* **ABOUT THIS TASK**: Only one portion of the data is to be written out: from the line bearing "v29 (25.173901,-4,-4.647169)" through the line bearing "e40 v6 v28 LINE". Write it exactly as it appears.

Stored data
-- -- --
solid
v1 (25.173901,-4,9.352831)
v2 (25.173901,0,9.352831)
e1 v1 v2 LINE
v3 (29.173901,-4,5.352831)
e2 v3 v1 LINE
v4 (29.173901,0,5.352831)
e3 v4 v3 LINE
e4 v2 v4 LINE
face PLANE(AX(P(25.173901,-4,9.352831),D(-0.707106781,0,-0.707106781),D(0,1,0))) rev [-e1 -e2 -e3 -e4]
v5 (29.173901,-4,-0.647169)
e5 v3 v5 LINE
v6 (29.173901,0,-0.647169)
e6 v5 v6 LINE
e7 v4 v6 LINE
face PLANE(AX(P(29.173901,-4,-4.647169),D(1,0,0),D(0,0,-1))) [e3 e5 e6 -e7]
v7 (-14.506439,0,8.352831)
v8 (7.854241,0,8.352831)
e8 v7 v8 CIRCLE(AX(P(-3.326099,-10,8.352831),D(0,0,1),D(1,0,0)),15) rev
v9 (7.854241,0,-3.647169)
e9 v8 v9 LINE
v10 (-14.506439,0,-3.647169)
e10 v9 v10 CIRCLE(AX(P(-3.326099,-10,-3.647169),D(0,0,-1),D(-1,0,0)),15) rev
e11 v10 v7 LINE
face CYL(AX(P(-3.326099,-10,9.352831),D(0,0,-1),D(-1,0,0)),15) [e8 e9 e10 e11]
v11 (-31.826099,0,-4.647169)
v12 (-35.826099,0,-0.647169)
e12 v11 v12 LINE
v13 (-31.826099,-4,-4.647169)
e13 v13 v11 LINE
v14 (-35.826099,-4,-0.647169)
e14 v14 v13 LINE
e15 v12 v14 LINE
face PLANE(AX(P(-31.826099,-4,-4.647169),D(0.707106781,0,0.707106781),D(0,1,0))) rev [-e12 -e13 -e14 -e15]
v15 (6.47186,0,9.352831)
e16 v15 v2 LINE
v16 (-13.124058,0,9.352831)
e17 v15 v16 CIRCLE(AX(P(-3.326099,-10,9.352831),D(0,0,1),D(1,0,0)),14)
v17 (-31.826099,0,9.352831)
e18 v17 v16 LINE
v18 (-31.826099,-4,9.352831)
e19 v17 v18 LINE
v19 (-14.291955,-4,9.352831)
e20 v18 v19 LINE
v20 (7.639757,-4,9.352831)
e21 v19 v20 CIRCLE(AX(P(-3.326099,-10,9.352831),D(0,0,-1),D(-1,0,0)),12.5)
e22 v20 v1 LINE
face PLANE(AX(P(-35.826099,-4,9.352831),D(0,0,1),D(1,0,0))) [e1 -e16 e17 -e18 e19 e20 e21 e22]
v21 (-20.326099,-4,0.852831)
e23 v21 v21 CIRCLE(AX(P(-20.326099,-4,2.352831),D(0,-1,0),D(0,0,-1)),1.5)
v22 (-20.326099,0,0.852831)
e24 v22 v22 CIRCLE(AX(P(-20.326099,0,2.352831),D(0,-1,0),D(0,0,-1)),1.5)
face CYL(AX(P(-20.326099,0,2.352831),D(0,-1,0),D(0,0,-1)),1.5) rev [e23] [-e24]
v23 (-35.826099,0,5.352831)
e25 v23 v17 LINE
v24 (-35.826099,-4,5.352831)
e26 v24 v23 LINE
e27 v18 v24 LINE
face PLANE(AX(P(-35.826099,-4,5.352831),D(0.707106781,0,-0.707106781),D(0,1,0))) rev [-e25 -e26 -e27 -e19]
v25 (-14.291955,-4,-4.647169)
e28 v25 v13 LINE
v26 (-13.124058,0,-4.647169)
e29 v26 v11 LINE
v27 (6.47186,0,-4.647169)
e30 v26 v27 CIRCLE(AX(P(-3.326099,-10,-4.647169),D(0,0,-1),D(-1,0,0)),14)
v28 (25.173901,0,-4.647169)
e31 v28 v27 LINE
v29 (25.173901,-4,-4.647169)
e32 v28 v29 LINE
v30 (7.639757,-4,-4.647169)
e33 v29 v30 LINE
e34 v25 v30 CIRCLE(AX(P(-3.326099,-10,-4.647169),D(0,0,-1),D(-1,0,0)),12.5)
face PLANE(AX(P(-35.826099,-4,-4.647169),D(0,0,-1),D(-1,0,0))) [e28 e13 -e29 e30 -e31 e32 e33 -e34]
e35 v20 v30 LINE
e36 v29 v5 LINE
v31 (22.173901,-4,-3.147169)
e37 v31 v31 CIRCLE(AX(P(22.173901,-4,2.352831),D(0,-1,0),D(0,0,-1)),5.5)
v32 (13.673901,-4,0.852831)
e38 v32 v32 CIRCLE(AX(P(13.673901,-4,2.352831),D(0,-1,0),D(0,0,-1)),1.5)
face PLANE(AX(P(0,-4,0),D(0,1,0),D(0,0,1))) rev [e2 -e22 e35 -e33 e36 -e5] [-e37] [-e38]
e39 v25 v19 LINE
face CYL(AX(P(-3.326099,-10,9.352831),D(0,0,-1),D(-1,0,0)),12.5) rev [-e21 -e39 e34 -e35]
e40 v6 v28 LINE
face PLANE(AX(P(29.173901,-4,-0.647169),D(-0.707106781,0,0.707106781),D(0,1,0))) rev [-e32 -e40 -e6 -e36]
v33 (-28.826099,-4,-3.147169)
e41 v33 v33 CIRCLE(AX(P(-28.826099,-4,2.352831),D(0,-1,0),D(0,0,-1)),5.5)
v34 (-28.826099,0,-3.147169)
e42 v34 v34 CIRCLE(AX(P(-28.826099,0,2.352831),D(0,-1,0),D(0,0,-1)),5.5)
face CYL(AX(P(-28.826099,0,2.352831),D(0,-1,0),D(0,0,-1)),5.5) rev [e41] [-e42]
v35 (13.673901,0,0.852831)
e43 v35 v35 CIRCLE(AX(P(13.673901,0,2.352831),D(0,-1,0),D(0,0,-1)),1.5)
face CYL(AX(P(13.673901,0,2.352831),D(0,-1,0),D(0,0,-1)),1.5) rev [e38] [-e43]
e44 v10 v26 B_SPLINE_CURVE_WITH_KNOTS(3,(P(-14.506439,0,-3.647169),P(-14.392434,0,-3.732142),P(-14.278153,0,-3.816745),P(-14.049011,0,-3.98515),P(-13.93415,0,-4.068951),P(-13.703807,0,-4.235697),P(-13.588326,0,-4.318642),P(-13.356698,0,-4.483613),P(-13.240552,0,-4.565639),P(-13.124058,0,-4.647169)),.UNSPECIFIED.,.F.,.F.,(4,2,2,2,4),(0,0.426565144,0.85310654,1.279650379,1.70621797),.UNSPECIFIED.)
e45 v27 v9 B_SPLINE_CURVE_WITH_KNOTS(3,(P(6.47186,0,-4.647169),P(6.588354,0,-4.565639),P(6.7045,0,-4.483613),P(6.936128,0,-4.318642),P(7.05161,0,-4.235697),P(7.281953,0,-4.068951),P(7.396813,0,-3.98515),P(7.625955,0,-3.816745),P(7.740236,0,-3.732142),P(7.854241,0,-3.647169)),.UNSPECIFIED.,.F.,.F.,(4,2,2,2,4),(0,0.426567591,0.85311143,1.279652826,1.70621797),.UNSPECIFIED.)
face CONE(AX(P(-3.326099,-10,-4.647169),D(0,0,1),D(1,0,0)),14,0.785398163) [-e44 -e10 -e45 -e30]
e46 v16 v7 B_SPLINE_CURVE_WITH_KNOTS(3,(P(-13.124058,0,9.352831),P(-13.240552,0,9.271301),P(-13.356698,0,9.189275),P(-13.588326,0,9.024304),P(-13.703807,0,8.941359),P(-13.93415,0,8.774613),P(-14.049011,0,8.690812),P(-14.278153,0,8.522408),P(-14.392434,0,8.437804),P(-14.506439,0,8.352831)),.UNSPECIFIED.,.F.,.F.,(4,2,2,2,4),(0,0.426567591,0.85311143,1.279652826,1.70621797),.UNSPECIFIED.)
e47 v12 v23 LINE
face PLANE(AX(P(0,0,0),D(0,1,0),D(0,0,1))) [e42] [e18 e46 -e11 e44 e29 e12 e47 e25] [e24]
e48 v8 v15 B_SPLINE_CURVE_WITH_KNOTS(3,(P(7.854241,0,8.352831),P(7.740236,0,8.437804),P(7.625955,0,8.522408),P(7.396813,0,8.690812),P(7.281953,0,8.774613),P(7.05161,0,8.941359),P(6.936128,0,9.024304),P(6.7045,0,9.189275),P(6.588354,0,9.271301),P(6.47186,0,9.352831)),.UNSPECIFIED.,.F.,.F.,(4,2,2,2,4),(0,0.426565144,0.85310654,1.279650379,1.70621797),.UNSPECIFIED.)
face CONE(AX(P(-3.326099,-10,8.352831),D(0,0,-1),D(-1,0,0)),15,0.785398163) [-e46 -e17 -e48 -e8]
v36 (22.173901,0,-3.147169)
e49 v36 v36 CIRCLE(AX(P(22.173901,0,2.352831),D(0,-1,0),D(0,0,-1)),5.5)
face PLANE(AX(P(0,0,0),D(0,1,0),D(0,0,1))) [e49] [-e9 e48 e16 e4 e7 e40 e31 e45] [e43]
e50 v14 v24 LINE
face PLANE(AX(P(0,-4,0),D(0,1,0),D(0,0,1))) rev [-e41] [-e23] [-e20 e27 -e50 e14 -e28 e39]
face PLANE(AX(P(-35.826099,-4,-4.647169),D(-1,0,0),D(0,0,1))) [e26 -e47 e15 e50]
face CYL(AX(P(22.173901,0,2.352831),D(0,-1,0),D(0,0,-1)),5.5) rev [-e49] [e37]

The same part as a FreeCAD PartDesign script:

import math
import FreeCAD as App
import Part
import Sketcher
from FreeCAD import Vector


def edges_at(feature, points):
    """Names of the edges that pass closest to the given points."""
    edges = feature.Shape.Edges
    near = lambda p: min(range(len(edges)), key=lambda i: edges[i].distToShape(Part.Vertex(*p))[0])
    return sorted({f"Edge{near(p) + 1}" for p in points})


def add_polygon(sketch, points):
    """Adds a closed chain of lines whose ends are joined by coincident constraints."""
    first, n = sketch.GeometryCount, len(points)
    for a, b in zip(points, points[1:] + points[:1]):
        sketch.addGeometry(Part.LineSegment(App.Vector(*a, 0), App.Vector(*b, 0)), False)
    for i in range(n):
        sketch.addConstraint(Sketcher.Constraint("Coincident", first + i, 2, first + (i + 1) % n, 1))

doc = App.newDocument("Part")
body = doc.addObject("PartDesign::Body", "Body")

sketch1 = doc.addObject("Sketcher::SketchObject", "Sketch")
body.addObject(sketch1)
sketch1.AttachmentSupport = (doc.XZ_Plane, [""])
sketch1.MapMode = "FlatFace"
add_polygon(sketch1, [(-36, -5), (-36, 9), (29, 9), (29, -5)])
sketch1.addConstraint(Sketcher.Constraint("Vertical", 0))
sketch1.addConstraint(Sketcher.Constraint("Horizontal", 1))
sketch1.addConstraint(Sketcher.Constraint("Vertical", 2))
sketch1.addConstraint(Sketcher.Constraint("Horizontal", 3))
sketch1.addConstraint(Sketcher.Constraint("DistanceX", 1, 1, 1, 2, 65.0))
sketch1.addConstraint(Sketcher.Constraint("DistanceY", 0, 1, 0, 2, 14.0))
sketch1.addConstraint(Sketcher.Constraint("DistanceX", 0, 2, -1, 1, 35.826099))
sketch1.addConstraint(Sketcher.Constraint("DistanceY", -1, 1, 0, 2, 9.352831))
pad1 = doc.addObject("PartDesign::Pad", "Pad")
body.addObject(pad1)
pad1.Profile = sketch1
pad1.Length = 4

sketch2 = doc.addObject("Sketcher::SketchObject", "Sketch001")
body.addObject(sketch2)
sketch2.AttachmentSupport = (doc.XZ_Plane, [""])
sketch2.MapMode = "FlatFace"
sketch2.AttachmentOffset = App.Placement(Vector(0, 0, 4), App.Rotation())
sketch2.addGeometry(Part.Circle(Vector(-28.8, 2.4, 0), Vector(0, 0, 1), 5.5), False)
sketch2.addGeometry(Part.Circle(Vector(22.2, 2.4, 0), Vector(0, 0, 1), 5.5), False)
sketch2.addGeometry(Part.Circle(Vector(-20.3, 2.4, 0), Vector(0, 0, 1), 1.5), False)
sketch2.addGeometry(Part.Circle(Vector(13.7, 2.4, 0), Vector(0, 0, 1), 1.5), False)
sketch2.addConstraint(Sketcher.Constraint("Equal", 0, 1))
sketch2.addConstraint(Sketcher.Constraint("Equal", 2, 3))
sketch2.addConstraint(Sketcher.Constraint("Horizontal", 0, 3, 1, 3))
sketch2.addConstraint(Sketcher.Constraint("Horizontal", 1, 3, 2, 3))
sketch2.addConstraint(Sketcher.Constraint("Horizontal", 2, 3, 3, 3))
sketch2.addConstraint(Sketcher.Constraint("Diameter", 0, 11.0))
sketch2.addConstraint(Sketcher.Constraint("Diameter", 2, 3.0))
sketch2.addConstraint(Sketcher.Constraint("DistanceX", 0, 3, 1, 3, 51.0))
sketch2.addConstraint(Sketcher.Constraint("DistanceX", 2, 3, 3, 3, 34.0))
sketch2.addConstraint(Sketcher.Constraint("DistanceX", 0, 3, 2, 3, 8.5))
sketch2.addConstraint(Sketcher.Constraint("DistanceX", 0, 3, -1, 1, 28.826099))
sketch2.addConstraint(Sketcher.Constraint("DistanceY", -1, 1, 0, 3, 2.352831))
pocket1 = doc.addObject("PartDesign::Pocket", "Pocket")
body.addObject(pocket1)
pocket1.Profile = sketch2
pocket1.Length = 4

sketch3 = doc.addObject("Sketcher::SketchObject", "Sketch002")
body.addObject(sketch3)
sketch3.AttachmentSupport = (doc.XY_Plane, [""])
sketch3.MapMode = "FlatFace"
sketch3.AttachmentOffset = App.Placement(Vector(0, 0, -4.647169), App.Rotation())
sketch3.addGeometry(Part.LineSegment(Vector(10, -4, 0), Vector(-17, -4, 0)), False)
sketch3.addGeometry(Part.ArcOfCircle(Part.Circle(Vector(-3, -10, 0), Vector(0, 0, 1), 15), math.radians(24), math.radians(156)), False)
sketch3.addConstraint(Sketcher.Constraint("Coincident", 0, 1, 1, 1))
sketch3.addConstraint(Sketcher.Constraint("Coincident", 1, 2, 0, 2))
sketch3.addConstraint(Sketcher.Constraint("Horizontal", 0))
sketch3.addConstraint(Sketcher.Constraint("Radius", 1, 15.0))
sketch3.addConstraint(Sketcher.Constraint("DistanceY", 1, 3, -1, 1, 10.0))
sketch3.addConstraint(Sketcher.Constraint("DistanceY", 0, 1, -1, 1, 4.0))
sketch3.addConstraint(Sketcher.Constraint("DistanceX", 1, 3, -1, 1, 3.326099))
pad2 = doc.addObject("PartDesign::Pad", "Pad001")
body.addObject(pad2)
pad2.Profile = sketch3
pad2.Length = 14

sketch4 = doc.addObject("Sketcher::SketchObject", "Sketch003")
body.addObject(sketch4)
sketch4.AttachmentSupport = (doc.XY_Plane, [""])
sketch4.MapMode = "FlatFace"
sketch4.AttachmentOffset = App.Placement(Vector(0, 0, -4.647169), App.Rotation())
sketch4.addGeometry(Part.Circle(Vector(-3, -10, 0), Vector(0, 0, 1), 12), False)
sketch4.addConstraint(Sketcher.Constraint("Diameter", 0, 25.0))
sketch4.addConstraint(Sketcher.Constraint("DistanceY", 0, 3, -1, 1, 10.0))
sketch4.addConstraint(Sketcher.Constraint("DistanceX", 0, 3, -1, 1, 3.326099))
pocket2 = doc.addObject("PartDesign::Pocket", "Pocket001")
body.addObject(pocket2)
pocket2.Profile = sketch4
pocket2.Type = "ThroughAll"
pocket2.Reversed = True
doc.recompute()

chamfer = doc.addObject("PartDesign::Chamfer", "Chamfer")
body.addObject(chamfer)
chamfer.Base = (pocket2, edges_at(pocket2, [
    (-35.826, -2, -4.647),
    (29.174, -2, -4.647),
    (29.174, -2, 9.353),
    (-35.826, -2, 9.353),
]))
chamfer.Size = 4
doc.recompute()

chamfer2 = doc.addObject("PartDesign::Chamfer", "Chamfer001")
body.addObject(chamfer2)
chamfer2.Base = (chamfer, edges_at(chamfer, [(-3.326, 5, 9.353), (-3.326, 5, -4.647)]))
chamfer2.Size = 1

doc.recompute()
-- -- --
* **WRITTEN REPLY**:
v29 (25.173901,-4,-4.647169)
e32 v28 v29 LINE
v30 (7.639757,-4,-4.647169)
e33 v29 v30 LINE
e34 v25 v30 CIRCLE(AX(P(-3.326099,-10,-4.647169),D(0,0,-1),D(-1,0,0)),12.5)
face PLANE(AX(P(-35.826099,-4,-4.647169),D(0,0,-1),D(-1,0,0))) [e28 e13 -e29 e30 -e31 e32 e33 -e34]
e35 v20 v30 LINE
e36 v29 v5 LINE
v31 (22.173901,-4,-3.147169)
e37 v31 v31 CIRCLE(AX(P(22.173901,-4,2.352831),D(0,-1,0),D(0,0,-1)),5.5)
v32 (13.673901,-4,0.852831)
e38 v32 v32 CIRCLE(AX(P(13.673901,-4,2.352831),D(0,-1,0),D(0,0,-1)),1.5)
face PLANE(AX(P(0,-4,0),D(0,1,0),D(0,0,1))) rev [e2 -e22 e35 -e33 e36 -e5] [-e37] [-e38]
e39 v25 v19 LINE
face CYL(AX(P(-3.326099,-10,9.352831),D(0,0,-1),D(-1,0,0)),12.5) rev [-e21 -e39 e34 -e35]
e40 v6 v28 LINE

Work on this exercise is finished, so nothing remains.